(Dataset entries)
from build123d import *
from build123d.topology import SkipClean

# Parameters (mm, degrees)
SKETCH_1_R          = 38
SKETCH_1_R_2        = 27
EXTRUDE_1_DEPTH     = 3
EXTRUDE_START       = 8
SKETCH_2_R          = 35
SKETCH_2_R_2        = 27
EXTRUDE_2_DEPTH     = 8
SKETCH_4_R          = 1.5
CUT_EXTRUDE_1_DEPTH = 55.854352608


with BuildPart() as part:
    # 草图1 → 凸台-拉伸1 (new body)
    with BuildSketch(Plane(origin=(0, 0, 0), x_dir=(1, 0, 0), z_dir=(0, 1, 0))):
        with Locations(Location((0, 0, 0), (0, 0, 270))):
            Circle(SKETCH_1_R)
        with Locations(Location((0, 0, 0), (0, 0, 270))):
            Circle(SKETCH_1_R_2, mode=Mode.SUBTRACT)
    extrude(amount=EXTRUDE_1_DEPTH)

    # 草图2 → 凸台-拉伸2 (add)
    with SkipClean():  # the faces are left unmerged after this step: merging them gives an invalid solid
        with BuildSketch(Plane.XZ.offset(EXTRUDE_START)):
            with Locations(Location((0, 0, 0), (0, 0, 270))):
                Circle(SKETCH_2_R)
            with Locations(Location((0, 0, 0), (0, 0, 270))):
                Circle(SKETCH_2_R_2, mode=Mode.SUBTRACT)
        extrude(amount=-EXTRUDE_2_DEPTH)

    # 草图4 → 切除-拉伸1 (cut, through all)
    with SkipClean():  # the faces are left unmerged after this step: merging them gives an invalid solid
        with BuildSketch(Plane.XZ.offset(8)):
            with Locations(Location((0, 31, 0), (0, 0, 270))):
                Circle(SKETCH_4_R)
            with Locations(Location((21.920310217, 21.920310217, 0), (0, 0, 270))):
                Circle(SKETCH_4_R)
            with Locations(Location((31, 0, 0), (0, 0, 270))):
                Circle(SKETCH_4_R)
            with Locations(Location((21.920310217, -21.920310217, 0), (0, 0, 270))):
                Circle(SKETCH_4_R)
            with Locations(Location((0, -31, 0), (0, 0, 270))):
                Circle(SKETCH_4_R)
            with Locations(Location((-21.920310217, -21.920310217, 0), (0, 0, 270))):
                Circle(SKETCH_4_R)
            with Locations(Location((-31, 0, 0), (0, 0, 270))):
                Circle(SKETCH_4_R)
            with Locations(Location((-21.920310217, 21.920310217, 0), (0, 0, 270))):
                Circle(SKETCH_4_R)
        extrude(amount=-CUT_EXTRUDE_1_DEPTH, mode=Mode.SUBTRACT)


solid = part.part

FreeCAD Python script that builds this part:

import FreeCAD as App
import Part
import Sketcher

V = App.Vector
Q = App.Units.Quantity

doc = App.newDocument("Part")
body = doc.addObject("PartDesign::Body", "Body")

sketch1 = body.newObject("Sketcher::SketchObject", "Sketch")
sketch1.AttachmentSupport = (doc.getObject("XZ_Plane"), [""])
sketch1.MapMode = "FlatFace"
sketch1.addGeometry(Part.Circle(V(0, 0, 0), V(0, 0, 1), 38), False)
sketch1.addGeometry(Part.Circle(V(0, 0, 0), V(0, 0, 1), 27), False)
sketch1.addConstraint(Sketcher.Constraint("Coincident", 0, 3, -1, 1))
sketch1.addConstraint(Sketcher.Constraint("Coincident", 1, 3, -1, 1))
sketch1.addConstraint(Sketcher.Constraint("Diameter", 0, Q("76 mm")))
sketch1.addConstraint(Sketcher.Constraint("Diameter", 1, Q("54 mm")))
pad1 = body.newObject("PartDesign::Pad", "Pad")
pad1.Profile = sketch1
pad1.Length = 3
pad1.Reversed = True

sketch2 = body.newObject("Sketcher::SketchObject", "Sketch001")
sketch2.AttachmentSupport = (doc.getObject("XZ_Plane"), [""])
sketch2.MapMode = "FlatFace"
sketch2.AttachmentOffset = App.Placement(V(0, 0, 8), App.Rotation())
sketch2.addGeometry(Part.Circle(V(0, 0, 0), V(0, 0, 1), 35), False)
sketch2.addGeometry(Part.Circle(V(0, 0, 0), V(0, 0, 1), 27), False)
sketch2.addConstraint(Sketcher.Constraint("Coincident", 0, 3, -1, 1))
sketch2.addConstraint(Sketcher.Constraint("Coincident", 1, 3, -1, 1))
sketch2.addConstraint(Sketcher.Constraint("Diameter", 0, Q("70 mm")))
sketch2.addConstraint(Sketcher.Constraint("Diameter", 1, Q("54 mm")))
pad2 = body.newObject("PartDesign::Pad", "Pad001")
pad2.Profile = sketch2
pad2.Length = 8
pad2.Reversed = True

sketch3 = body.newObject("Sketcher::SketchObject", "Sketch002")
sketch3.AttachmentSupport = (doc.getObject("XZ_Plane"), [""])
sketch3.MapMode = "FlatFace"
sketch3.AttachmentOffset = App.Placement(V(0, 0, 8), App.Rotation())
sketch3.addGeometry(Part.Circle(V(0, 31, 0), V(0, 0, 1), 1.5), False)
sketch3.addGeometry(Part.Circle(V(21.9, 21.9, 0), V(0, 0, 1), 1.5), False)
sketch3.addGeometry(Part.Circle(V(31, 0, 0), V(0, 0, 1), 1.5), False)
sketch3.addGeometry(Part.Circle(V(21.9, -21.9, 0), V(0, 0, 1), 1.5), False)
sketch3.addGeometry(Part.Circle(V(0, -31, 0), V(0, 0, 1), 1.5), False)
sketch3.addGeometry(Part.Circle(V(-21.9, -21.9, 0), V(0, 0, 1), 1.5), False)
sketch3.addGeometry(Part.Circle(V(-31, 0, 0), V(0, 0, 1), 1.5), False)
sketch3.addGeometry(Part.Circle(V(-21.9, 21.9, 0), V(0, 0, 1), 1.5), False)
sketch3.addConstraint(Sketcher.Constraint("Equal", 0, 1))
sketch3.addConstraint(Sketcher.Constraint("Equal", 1, 2))
sketch3.addConstraint(Sketcher.Constraint("Equal", 2, 3))
sketch3.addConstraint(Sketcher.Constraint("Equal", 3, 4))
sketch3.addConstraint(Sketcher.Constraint("Equal", 4, 5))
sketch3.addConstraint(Sketcher.Constraint("Equal", 5, 6))
sketch3.addConstraint(Sketcher.Constraint("Equal", 6, 7))
sketch3.addConstraint(Sketcher.Constraint("Symmetric", 0, 3, 4, 3, -1, 1))
sketch3.addConstraint(Sketcher.Constraint("Symmetric", 1, 3, 5, 3, -1, 1))
sketch3.addConstraint(Sketcher.Constraint("Symmetric", 2, 3, 6, 3, -1, 1))
sketch3.addConstraint(Sketcher.Constraint("Symmetric", 3, 3, 7, 3, -1, 1))
sketch3.addConstraint(Sketcher.Constraint("Symmetric", 3, 3, 5, 3, -2))
sketch3.addConstraint(Sketcher.Constraint("PointOnObject", 0, 3, -2))
sketch3.addConstraint(Sketcher.Constraint("PointOnObject", 2, 3, -1))
sketch3.addConstraint(Sketcher.Constraint("Diameter", 0, Q("3 mm")))
sketch3.addConstraint(Sketcher.Constraint("DistanceY", -1, 1, 0, 3, Q("31 mm")))
sketch3.addConstraint(Sketcher.Constraint("DistanceX", -1, 1, 2, 3, Q("31 mm")))
sketch3.addConstraint(Sketcher.Constraint("DistanceX", -1, 1, 1, 3, Q("21.92031 mm")))
sketch3.addConstraint(Sketcher.Constraint("DistanceY", -1, 1, 1, 3, Q("21.92031 mm")))
pocket1 = body.newObject("PartDesign::Pocket", "Pocket")
pocket1.Profile = sketch3
pocket1.Type = "ThroughAll"

doc.recompute()
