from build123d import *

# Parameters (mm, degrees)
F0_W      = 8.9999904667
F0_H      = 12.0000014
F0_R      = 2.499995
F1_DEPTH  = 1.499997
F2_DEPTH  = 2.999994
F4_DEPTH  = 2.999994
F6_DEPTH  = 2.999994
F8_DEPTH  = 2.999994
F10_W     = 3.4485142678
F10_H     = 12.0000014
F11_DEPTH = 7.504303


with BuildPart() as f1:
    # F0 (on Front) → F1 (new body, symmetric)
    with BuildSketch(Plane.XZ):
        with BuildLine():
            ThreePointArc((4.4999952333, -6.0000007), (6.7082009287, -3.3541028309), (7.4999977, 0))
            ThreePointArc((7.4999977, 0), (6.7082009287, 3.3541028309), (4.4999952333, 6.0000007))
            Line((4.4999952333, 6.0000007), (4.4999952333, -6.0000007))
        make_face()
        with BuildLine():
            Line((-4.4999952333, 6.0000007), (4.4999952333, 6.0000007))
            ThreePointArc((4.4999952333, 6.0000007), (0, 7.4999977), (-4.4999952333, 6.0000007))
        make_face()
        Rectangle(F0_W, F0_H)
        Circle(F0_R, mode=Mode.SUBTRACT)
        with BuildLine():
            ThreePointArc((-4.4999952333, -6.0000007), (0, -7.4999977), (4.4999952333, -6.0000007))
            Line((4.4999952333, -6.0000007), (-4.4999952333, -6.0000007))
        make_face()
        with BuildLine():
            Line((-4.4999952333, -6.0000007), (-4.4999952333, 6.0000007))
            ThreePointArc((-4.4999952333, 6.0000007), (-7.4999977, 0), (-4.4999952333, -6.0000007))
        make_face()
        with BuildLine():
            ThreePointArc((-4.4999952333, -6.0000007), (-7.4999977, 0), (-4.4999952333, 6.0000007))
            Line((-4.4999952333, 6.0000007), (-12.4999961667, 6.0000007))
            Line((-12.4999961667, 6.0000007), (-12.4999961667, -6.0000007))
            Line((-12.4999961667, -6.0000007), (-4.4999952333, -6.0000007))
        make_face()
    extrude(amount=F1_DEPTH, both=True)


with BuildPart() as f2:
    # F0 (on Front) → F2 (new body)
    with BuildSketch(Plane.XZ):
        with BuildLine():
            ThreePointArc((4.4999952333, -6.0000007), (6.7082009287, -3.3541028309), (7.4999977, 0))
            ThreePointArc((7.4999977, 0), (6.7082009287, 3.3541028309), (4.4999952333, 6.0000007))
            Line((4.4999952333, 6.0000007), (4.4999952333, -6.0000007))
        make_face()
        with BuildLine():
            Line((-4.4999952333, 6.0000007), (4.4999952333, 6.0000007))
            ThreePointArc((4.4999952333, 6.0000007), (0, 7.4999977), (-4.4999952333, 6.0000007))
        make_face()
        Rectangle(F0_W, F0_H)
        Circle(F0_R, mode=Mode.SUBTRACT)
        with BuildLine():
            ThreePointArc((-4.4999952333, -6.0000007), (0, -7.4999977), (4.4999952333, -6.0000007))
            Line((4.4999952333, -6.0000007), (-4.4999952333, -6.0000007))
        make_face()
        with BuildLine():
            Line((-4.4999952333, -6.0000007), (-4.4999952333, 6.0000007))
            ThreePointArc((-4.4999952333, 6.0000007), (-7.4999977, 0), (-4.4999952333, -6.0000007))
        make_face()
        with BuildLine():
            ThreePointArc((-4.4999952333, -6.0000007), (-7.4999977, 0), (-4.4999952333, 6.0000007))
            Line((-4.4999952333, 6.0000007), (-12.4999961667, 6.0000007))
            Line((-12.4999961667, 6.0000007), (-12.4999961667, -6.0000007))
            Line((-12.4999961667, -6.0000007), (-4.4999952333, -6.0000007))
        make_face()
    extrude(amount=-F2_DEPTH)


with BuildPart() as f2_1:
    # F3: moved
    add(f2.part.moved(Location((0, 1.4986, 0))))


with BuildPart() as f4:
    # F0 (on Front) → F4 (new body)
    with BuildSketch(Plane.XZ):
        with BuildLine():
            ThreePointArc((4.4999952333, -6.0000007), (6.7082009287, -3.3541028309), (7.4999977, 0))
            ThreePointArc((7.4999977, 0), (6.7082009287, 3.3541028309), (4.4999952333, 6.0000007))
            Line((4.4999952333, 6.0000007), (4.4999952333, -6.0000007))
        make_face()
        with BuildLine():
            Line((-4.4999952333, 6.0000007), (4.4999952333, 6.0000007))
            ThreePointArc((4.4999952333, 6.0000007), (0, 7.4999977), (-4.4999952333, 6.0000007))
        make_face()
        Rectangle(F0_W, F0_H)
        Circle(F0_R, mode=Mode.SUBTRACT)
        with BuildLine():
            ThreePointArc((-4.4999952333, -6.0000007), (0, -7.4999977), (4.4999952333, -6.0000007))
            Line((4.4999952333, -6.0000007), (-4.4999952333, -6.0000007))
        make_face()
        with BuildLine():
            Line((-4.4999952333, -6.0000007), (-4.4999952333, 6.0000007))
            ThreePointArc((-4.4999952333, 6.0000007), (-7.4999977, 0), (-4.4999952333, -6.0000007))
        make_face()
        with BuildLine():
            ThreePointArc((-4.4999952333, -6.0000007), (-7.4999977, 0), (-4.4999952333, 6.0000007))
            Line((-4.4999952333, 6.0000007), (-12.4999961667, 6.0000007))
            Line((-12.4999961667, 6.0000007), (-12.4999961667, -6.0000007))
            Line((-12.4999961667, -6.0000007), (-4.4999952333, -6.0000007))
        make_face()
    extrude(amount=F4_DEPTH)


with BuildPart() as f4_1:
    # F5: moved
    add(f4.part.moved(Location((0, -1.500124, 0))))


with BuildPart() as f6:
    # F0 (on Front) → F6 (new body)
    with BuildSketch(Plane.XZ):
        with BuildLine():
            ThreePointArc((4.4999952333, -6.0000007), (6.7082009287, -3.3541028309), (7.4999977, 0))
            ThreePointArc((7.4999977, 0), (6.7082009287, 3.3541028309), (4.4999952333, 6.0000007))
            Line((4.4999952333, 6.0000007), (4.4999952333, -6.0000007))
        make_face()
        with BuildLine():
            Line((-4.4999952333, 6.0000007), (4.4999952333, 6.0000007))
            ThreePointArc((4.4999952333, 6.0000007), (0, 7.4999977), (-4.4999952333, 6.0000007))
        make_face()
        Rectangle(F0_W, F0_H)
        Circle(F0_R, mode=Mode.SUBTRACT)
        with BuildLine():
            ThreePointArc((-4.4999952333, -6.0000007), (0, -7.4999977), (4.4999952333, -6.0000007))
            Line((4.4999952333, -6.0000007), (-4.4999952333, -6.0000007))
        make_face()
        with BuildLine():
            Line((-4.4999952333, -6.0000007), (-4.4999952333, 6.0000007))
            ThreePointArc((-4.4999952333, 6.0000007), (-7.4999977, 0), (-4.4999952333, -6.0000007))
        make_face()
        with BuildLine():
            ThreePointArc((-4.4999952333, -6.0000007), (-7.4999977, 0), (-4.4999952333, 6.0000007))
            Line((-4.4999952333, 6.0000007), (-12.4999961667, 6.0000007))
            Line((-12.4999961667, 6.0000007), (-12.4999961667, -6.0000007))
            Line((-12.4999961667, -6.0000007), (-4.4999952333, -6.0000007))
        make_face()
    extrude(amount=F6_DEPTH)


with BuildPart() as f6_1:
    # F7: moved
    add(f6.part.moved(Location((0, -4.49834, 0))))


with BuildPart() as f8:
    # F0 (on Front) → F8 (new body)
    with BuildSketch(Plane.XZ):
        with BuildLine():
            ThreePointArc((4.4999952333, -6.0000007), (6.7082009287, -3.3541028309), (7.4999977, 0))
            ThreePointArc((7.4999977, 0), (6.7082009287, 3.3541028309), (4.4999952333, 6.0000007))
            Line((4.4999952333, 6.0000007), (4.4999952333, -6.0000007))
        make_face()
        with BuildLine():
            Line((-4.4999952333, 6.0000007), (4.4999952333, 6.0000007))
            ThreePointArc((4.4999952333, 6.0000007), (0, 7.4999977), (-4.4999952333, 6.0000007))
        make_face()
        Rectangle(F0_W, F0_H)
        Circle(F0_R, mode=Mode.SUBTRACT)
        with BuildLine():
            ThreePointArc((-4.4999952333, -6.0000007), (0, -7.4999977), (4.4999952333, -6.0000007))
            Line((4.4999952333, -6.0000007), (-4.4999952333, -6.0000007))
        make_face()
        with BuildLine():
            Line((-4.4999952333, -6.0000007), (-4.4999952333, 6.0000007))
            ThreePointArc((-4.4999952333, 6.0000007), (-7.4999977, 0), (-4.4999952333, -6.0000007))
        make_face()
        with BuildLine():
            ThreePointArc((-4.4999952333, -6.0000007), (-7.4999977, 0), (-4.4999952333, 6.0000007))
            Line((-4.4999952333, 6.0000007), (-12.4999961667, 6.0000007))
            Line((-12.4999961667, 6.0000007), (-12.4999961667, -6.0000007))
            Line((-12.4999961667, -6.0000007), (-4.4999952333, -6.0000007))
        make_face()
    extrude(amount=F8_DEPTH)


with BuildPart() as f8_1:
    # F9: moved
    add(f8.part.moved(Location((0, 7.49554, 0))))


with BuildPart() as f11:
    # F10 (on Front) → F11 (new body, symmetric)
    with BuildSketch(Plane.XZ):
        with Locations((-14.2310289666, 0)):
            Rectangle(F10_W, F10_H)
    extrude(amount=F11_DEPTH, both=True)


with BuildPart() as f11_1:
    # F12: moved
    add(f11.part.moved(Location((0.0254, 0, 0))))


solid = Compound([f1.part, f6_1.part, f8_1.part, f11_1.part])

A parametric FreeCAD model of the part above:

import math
import FreeCAD as App
import Part
import Sketcher
Q = App.Units.Quantity


def add_polygon(sketch, points):
    """Adds a closed chain of lines whose ends are joined by coincident constraints."""
    first, n = sketch.GeometryCount, len(points)
    for a, b in zip(points, points[1:] + points[:1]):
        sketch.addGeometry(Part.LineSegment(App.Vector(*a, 0), App.Vector(*b, 0)), False)
    for i in range(n):
        sketch.addConstraint(Sketcher.Constraint("Coincident", first + i, 2, first + (i + 1) % n, 1))

doc = App.newDocument("Part")
body = doc.addObject("PartDesign::Body", "Body")

# Sketch on XZ plane
sketch1 = body.newObject("Sketcher::SketchObject", "Sketch")
sketch1.AttachmentSupport = (doc.getObject("XZ_Plane"), [""])
sketch1.MapMode = "FlatFace"
sketch1.addGeometry(Part.ArcOfCircle(Part.Circle(App.Vector(0, 0, 0), App.Vector(0, 0, 1), 7.499998), math.radians(-53.130135), math.radians(0)), False)
sketch1.addGeometry(Part.ArcOfCircle(Part.Circle(App.Vector(0, 0, 0), App.Vector(0, 0, 1), 7.499998), math.radians(0), math.radians(53.130135)), False)
sketch1.addGeometry(Part.ArcOfCircle(Part.Circle(App.Vector(0, 0, 0), App.Vector(0, 0, 1), 7.499998), math.radians(53.130135), math.radians(126.869865)), False)
sketch1.addGeometry(Part.LineSegment(App.Vector(-4.499995, 6.000001, 0), App.Vector(-12.499996, 6.000001, 0)), False)
sketch1.addGeometry(Part.LineSegment(App.Vector(-12.499996, 6.000001, 0), App.Vector(-12.499996, -6.000001, 0)), False)
sketch1.addGeometry(Part.LineSegment(App.Vector(-12.499996, -6.000001, 0), App.Vector(-4.499995, -6.000001, 0)), False)
sketch1.addGeometry(Part.ArcOfCircle(Part.Circle(App.Vector(0, 0, 0), App.Vector(0, 0, 1), 7.499998), math.radians(-126.869865), math.radians(-53.130135)), False)
sketch1.addGeometry(Part.Circle(App.Vector(0, 0, 0), App.Vector(0, 0, 1), 2.499995), False)
sketch1.addConstraint(Sketcher.Constraint("Tangent", 0, 2, 1, 1))
sketch1.addConstraint(Sketcher.Constraint("Tangent", 1, 2, 2, 1))
sketch1.addConstraint(Sketcher.Constraint("Coincident", 2, 2, 3, 1))
sketch1.addConstraint(Sketcher.Constraint("Coincident", 3, 2, 4, 1))
sketch1.addConstraint(Sketcher.Constraint("Coincident", 4, 2, 5, 1))
sketch1.addConstraint(Sketcher.Constraint("Coincident", 5, 2, 6, 1))
sketch1.addConstraint(Sketcher.Constraint("Tangent", 6, 2, 0, 1))
sketch1.addConstraint(Sketcher.Constraint("Horizontal", 3))
sketch1.addConstraint(Sketcher.Constraint("Vertical", 4))
sketch1.addConstraint(Sketcher.Constraint("Horizontal", 5))
sketch1.addConstraint(Sketcher.Constraint("Coincident", 0, 3, -1, 1))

• **Problem**:
Of the lines above, output exactly those from the line bearing "extrude(amount=-CUT_EXTRUDE_1_DEPTH, mode=Mode.SUBTRACT)" through the line bearing "FreeCAD Python script", inclusive.

• **Written reply**:
        extrude(amount=-CUT_EXTRUDE_1_DEPTH, mode=Mode.SUBTRACT)


solid = part.part

FreeCAD Python script that builds this part:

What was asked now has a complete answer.